Anyway, all of a sudden we have this huge issue over the Sweet Valley football field, and I’m starting to get the feeling that Sweet Valley is creepy about sports and is the kind of town where the football players could rape a retarded girl and get away with it because gosh, they play football. I mean, Liz Wakefield can get away with anything merely because she’s Liz Wakefield, so how far can the football players go? But that won’t happen. There’s no sex in Sweet Valley. So here we finally meet Ken Matthews. He’s exactly like Todd except he has blonde hair and is captain of the football team. Or quarterback. Or something. Anyway, some type of lease on the football field has expired and the Fowlers want to build a factory on it. The Patmans want to build some type of garden. God, rich people are weird. And is this even plausible? Aren’t the football fields usually part of the school grounds? I think this is so all this crap we heard about Ned and Alice being too busy having affairs to know where there kids are can almost make sense, since Ned’s the lawyer on the case!

So the students immediately storm the field for a sit-in (um, it’s 1984, not 1974) and Jessica is cheerleading now. Everyone is giving Lila and Bruce a hard time because of their dads, and Lila is mad at Jessica and says Jess is supposed to be her friend, and Jess goes “Like, I am, but” and Bruce goes, and I quote: “But, my backside!” and then I put the book down and laughed, and the comment I wrote in the margins was simply “HA I LOVE THESE BOOKS.”

ANYWAY. Someone brings up the Liz-in-a-bar-with-Rick incident. Liz is mortified but instead of setting the record straight for the whole school, Jessica is all “whatever guys, no factories! Rah rah!” and some people gossip about Ned and his coworker and their illicit affair that is just not happening and even if I had never read any Sweet Valley book before this, I could tell you that.

Then Liz and Todd ALMOST talk again, and Jess interrupts and takes Todd away and what happens next is so AWESOME I have to just type it out because when I read it I had to put the book down for a minute, and then go back and look for the part where it explained Jess was dreaming. But she wasn’t. You guys, this is what ACTUALLY HAPPENED:

“Jessica was totally amazed at what happened next. Todd Wilkins stared deeply into her eyes for a long moment, then slowly shook his head as if in wonder.
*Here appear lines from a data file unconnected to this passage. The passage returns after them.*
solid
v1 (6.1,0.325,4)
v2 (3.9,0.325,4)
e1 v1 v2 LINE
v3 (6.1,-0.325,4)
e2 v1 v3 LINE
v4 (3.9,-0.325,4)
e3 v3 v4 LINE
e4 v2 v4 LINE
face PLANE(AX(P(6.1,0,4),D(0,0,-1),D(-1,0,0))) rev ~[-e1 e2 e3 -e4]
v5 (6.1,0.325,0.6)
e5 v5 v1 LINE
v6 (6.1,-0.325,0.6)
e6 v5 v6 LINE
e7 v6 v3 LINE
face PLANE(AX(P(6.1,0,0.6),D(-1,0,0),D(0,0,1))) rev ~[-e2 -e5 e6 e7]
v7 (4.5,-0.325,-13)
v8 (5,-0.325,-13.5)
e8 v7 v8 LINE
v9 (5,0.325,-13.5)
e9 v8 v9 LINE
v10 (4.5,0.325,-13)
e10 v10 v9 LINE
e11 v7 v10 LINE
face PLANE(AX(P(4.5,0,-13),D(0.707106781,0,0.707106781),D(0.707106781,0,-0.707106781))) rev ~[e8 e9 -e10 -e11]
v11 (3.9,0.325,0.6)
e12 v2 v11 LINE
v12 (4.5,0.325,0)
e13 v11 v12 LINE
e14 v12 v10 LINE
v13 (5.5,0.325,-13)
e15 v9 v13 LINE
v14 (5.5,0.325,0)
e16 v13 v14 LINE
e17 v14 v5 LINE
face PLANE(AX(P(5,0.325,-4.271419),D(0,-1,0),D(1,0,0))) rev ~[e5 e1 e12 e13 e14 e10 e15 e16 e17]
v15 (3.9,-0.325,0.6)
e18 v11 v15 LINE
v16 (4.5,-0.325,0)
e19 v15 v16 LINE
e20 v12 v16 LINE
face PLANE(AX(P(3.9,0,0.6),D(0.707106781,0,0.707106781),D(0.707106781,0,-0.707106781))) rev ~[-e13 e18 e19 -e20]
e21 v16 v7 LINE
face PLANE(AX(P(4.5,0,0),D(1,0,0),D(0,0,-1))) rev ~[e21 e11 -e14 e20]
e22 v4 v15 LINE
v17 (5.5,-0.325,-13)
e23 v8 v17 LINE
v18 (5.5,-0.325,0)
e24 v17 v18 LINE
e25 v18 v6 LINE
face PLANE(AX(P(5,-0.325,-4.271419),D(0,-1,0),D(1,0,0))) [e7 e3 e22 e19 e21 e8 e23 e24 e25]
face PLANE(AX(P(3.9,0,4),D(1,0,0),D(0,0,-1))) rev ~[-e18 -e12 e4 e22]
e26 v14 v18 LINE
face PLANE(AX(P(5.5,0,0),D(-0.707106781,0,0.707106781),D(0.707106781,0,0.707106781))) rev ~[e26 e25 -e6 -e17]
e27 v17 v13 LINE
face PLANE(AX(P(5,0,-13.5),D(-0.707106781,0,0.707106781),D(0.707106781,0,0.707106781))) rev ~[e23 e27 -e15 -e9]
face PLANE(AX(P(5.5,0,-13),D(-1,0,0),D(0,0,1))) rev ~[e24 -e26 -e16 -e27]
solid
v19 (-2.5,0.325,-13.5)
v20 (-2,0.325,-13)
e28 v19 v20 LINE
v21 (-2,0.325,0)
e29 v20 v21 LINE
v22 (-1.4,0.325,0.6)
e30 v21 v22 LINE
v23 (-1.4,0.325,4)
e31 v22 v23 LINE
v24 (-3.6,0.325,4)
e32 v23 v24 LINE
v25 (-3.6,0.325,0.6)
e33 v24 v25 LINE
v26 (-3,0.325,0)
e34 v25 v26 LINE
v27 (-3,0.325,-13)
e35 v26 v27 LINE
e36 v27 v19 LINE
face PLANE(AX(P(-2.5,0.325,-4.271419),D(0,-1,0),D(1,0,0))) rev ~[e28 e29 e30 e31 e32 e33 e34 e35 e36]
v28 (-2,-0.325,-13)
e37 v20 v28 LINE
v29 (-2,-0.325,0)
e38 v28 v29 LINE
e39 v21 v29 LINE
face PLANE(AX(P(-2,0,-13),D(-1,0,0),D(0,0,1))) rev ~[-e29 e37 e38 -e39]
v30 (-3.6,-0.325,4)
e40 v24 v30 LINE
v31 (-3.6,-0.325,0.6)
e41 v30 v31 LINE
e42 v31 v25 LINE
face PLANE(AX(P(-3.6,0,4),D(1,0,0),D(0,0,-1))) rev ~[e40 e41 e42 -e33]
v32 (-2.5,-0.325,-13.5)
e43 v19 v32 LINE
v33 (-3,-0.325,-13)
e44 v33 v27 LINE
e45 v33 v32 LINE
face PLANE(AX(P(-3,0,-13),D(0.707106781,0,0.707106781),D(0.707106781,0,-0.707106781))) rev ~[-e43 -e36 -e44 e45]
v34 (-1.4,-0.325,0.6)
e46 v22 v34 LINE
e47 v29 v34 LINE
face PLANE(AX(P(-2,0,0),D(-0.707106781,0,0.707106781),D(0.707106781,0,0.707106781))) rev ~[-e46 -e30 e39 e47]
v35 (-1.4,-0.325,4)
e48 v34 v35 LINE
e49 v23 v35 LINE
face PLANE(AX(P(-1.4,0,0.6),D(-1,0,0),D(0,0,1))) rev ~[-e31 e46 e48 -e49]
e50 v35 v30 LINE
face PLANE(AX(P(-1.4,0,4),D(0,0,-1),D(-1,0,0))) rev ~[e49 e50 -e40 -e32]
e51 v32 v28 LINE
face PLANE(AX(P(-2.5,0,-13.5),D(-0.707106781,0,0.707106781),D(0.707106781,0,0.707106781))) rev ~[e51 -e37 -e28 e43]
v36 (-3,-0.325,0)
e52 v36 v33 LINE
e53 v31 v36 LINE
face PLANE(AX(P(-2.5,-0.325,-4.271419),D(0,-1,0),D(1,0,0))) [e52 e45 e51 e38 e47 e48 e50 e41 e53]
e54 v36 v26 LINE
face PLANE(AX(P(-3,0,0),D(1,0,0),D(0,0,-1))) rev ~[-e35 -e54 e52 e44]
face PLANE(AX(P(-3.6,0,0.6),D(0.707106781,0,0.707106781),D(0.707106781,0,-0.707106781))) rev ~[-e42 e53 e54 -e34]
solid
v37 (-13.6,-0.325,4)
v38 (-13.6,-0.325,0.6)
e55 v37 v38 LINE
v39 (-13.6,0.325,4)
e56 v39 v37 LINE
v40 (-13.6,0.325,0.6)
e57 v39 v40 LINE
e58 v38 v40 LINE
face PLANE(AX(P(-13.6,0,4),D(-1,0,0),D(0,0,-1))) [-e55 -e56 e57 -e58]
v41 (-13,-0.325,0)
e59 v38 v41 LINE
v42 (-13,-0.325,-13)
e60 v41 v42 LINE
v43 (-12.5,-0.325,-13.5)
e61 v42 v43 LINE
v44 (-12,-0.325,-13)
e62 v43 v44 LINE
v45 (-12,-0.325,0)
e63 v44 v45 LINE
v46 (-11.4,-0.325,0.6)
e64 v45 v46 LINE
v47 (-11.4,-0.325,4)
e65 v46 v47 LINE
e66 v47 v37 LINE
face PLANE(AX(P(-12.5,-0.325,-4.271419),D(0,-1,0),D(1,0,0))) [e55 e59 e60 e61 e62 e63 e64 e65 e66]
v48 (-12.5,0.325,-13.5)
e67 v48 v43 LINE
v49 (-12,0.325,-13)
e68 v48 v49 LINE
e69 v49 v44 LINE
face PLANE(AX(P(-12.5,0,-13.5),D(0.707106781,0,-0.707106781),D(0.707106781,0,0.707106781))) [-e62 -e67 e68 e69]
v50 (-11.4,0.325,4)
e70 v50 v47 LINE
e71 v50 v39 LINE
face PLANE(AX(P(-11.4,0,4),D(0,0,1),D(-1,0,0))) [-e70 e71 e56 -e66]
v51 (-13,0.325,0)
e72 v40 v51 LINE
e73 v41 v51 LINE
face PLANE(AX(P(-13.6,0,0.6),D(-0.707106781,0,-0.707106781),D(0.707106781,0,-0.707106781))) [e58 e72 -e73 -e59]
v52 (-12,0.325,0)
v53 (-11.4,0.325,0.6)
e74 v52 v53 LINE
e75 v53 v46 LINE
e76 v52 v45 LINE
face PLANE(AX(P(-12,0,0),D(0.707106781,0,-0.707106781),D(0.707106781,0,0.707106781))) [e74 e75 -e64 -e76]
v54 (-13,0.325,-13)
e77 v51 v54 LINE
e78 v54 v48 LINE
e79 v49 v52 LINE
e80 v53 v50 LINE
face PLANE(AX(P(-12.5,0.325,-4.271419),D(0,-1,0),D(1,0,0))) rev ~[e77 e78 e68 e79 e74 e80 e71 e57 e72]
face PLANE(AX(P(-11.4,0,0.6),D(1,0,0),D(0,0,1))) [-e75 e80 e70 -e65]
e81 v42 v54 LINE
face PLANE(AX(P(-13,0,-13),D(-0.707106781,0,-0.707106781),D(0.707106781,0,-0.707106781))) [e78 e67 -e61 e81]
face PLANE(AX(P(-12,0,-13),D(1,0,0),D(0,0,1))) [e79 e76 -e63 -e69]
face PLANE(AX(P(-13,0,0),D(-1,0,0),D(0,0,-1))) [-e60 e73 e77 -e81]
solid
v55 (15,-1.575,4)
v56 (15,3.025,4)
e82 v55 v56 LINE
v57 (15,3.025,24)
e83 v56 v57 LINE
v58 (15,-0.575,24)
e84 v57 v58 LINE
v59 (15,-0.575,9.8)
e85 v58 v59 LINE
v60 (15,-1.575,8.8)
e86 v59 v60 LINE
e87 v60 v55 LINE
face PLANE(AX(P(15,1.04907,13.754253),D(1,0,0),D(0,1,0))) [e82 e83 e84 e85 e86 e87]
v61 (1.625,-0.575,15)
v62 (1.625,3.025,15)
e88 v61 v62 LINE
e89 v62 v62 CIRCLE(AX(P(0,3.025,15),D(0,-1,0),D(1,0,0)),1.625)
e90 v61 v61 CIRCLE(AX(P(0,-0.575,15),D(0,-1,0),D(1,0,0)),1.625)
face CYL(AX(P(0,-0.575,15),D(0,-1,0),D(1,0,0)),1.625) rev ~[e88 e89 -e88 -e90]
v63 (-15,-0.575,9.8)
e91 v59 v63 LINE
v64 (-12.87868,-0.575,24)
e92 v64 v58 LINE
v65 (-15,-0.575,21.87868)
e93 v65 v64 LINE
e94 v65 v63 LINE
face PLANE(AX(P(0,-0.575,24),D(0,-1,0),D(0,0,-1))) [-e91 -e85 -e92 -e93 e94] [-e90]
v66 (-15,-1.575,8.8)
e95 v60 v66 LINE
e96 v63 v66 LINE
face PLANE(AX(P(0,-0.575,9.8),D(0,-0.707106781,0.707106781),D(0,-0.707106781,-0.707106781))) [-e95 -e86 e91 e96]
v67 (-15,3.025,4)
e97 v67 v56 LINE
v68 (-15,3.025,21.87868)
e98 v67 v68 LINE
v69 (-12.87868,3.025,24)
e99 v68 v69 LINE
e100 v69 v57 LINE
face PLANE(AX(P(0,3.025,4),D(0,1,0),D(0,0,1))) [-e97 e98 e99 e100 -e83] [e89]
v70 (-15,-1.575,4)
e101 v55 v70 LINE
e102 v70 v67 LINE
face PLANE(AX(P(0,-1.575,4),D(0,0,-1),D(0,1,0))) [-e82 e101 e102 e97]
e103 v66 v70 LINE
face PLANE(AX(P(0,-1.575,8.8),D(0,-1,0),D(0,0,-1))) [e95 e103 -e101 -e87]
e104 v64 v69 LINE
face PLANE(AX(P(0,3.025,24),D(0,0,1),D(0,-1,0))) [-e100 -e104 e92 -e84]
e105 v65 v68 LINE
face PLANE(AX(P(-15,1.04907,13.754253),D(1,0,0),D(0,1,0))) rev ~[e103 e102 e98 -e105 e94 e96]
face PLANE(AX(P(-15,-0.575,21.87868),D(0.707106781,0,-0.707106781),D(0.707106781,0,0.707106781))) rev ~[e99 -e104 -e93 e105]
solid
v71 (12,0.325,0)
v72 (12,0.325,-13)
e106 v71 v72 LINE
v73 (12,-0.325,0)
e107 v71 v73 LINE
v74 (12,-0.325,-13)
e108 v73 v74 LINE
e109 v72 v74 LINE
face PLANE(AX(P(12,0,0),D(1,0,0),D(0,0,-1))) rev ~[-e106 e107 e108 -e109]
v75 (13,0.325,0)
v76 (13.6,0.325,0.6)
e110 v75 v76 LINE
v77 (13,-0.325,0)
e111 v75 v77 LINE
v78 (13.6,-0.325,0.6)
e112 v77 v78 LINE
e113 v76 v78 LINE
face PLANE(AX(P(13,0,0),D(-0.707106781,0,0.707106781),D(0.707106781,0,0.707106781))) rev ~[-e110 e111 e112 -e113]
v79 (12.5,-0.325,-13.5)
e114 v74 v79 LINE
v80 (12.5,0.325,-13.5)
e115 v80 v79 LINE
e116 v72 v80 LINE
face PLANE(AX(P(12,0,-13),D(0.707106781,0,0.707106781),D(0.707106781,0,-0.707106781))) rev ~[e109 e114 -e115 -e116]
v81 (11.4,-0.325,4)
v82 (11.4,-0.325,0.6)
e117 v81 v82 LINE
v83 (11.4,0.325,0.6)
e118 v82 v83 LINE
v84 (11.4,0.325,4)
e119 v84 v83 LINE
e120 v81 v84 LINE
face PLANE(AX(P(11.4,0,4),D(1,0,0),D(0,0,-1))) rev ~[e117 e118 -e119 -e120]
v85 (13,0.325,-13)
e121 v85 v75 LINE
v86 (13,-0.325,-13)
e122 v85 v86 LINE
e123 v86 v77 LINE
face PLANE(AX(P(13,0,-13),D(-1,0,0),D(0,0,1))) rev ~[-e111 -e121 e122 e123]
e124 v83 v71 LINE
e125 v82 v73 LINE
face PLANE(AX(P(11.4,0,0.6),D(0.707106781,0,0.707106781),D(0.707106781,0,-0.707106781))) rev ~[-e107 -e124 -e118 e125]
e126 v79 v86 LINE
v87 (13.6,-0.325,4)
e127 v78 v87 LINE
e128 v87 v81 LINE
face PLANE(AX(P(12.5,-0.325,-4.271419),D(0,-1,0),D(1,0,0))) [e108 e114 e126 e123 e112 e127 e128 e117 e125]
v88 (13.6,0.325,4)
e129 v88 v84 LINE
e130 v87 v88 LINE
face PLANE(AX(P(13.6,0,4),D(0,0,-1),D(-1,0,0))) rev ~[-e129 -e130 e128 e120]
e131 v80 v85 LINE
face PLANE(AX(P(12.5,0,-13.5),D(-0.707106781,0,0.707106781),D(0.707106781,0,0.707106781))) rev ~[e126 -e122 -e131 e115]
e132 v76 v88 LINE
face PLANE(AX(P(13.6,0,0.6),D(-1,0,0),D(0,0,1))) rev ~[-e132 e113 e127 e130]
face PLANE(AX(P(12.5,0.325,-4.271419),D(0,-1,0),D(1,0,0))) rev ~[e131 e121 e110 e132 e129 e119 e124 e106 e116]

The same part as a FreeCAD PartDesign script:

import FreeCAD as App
import Part
import Sketcher

V = App.Vector
Q = App.Units.Quantity

doc = App.newDocument("Part")
body = doc.addObject("PartDesign::Body", "Body")

sketch1 = body.newObject("Sketcher::SketchObject", "Sketch")
sketch1.AttachmentSupport = (doc.getObject("YZ_Plane"), [""])
sketch1.MapMode = "FlatFace"
sketch1.addGeometry([
    Part.LineSegment(V(-1.6, 4, 0), V(3, 4, 0)),
    Part.LineSegment(V(3, 4, 0), V(3, 24, 0)),
    Part.LineSegment(V(3, 24, 0), V(-0.6, 24, 0)),
    Part.LineSegment(V(-0.6, 24, 0), V(-0.6, 9.8, 0)),
    Part.LineSegment(V(-0.6, 9.8, 0), V(-1.6, 8.8, 0)),
    Part.LineSegment(V(-1.6, 8.8, 0), V(-1.6, 4, 0)),
], False)
sketch1.addConstraint([
    Sketcher.Constraint("Coincident", 0, 2, 1, 1),
    Sketcher.Constraint("Coincident", 1, 2, 2, 1),
    Sketcher.Constraint("Coincident", 2, 2, 3, 1),
    Sketcher.Constraint("Coincident", 3, 2, 4, 1),
    Sketcher.Constraint("Coincident", 4, 2, 5, 1),
    Sketcher.Constraint("Coincident", 5, 2, 0, 1),
    Sketcher.Constraint("Horizontal", 0),
    Sketcher.Constraint("Vertical", 1),
    Sketcher.Constraint("Horizontal", 2),
    Sketcher.Constraint("Vertical", 3),
    Sketcher.Constraint("Vertical", 5),
    Sketcher.Constraint("DistanceY", 1, 1, 1, 2, 20.0),
    Sketcher.Constraint("Angle", 4, Q("-135 deg")),
    Sketcher.Constraint("DistanceX", 0, 1, 0, 2, 4.6),
    Sketcher.Constraint("DistanceX", 2, 2, 2, 1, 3.6),
    Sketcher.Constraint("DistanceY", 3, 2, 3, 1, 14.2),
    Sketcher.Constraint("DistanceY", -1, 1, 0, 2, 4.0),
    Sketcher.Constraint("DistanceX", -1, 1, 0, 2, 3.025),
])
pad1 = body.newObject("PartDesign::Pad", "Pad")
pad1.Profile = sketch1
pad1.Length = 30
pad1.Midplane = True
‘I’ve never heard anything so noble,’ he finally said.

‘What?’

‘You’d take the blame for your sister? Jessica, I don’t think I’ve ever known how truly special you are until this moment.’

‘But, Todd’

Todd pulled her close, holding her tightly in his strong arms for what seemed like eternity. Then he gently kissed her

[…]

‘Jessica, you’re wonderful,’ Todd said.

‘Todd, you’re the greatest guy I’ve ever met, do you know that?’

‘Listen! I’m taking you to the Phi Ep dance!’

‘What?’

WHAT IS RIGHT. This does not happen, ever. This is a joke. It has to be.

But it’s not, and Liz finds out, and has some “painful thoughts,” and agrees to go to the frat dance with Winston Egbert (yay Winston!) in an attempt to escape Bruce Patman’s creepy advances. She figures Winston can at least keep her distracted from the pain of the loss of Todd. Right.

So Liz gets home and Jess runs into the house squealing about the ridiculous events that just took place at school. Where’s Mom? Not home! Surprise! For some reason, this suddenly really upsets Jessica and she starts flipping out and then makes the best claim ever – that Todd is the most wonderful man in all 137 states! What does Jess think counts as a “state”? But mom’s not home to tell so Jess whines and screams for like 3 pages about their absent mother. This is all very endearing but I do not remember any of my friends being upset about their parents not being home when we were 16. Because we were, uh, 16! The last thing I wanted to do was tell my mom alllll about the guy I made out with in the courtyard. If that had ever happened, I would have called Lauren and locked my mom out of my room while I did so. So. Whatever, Jessica.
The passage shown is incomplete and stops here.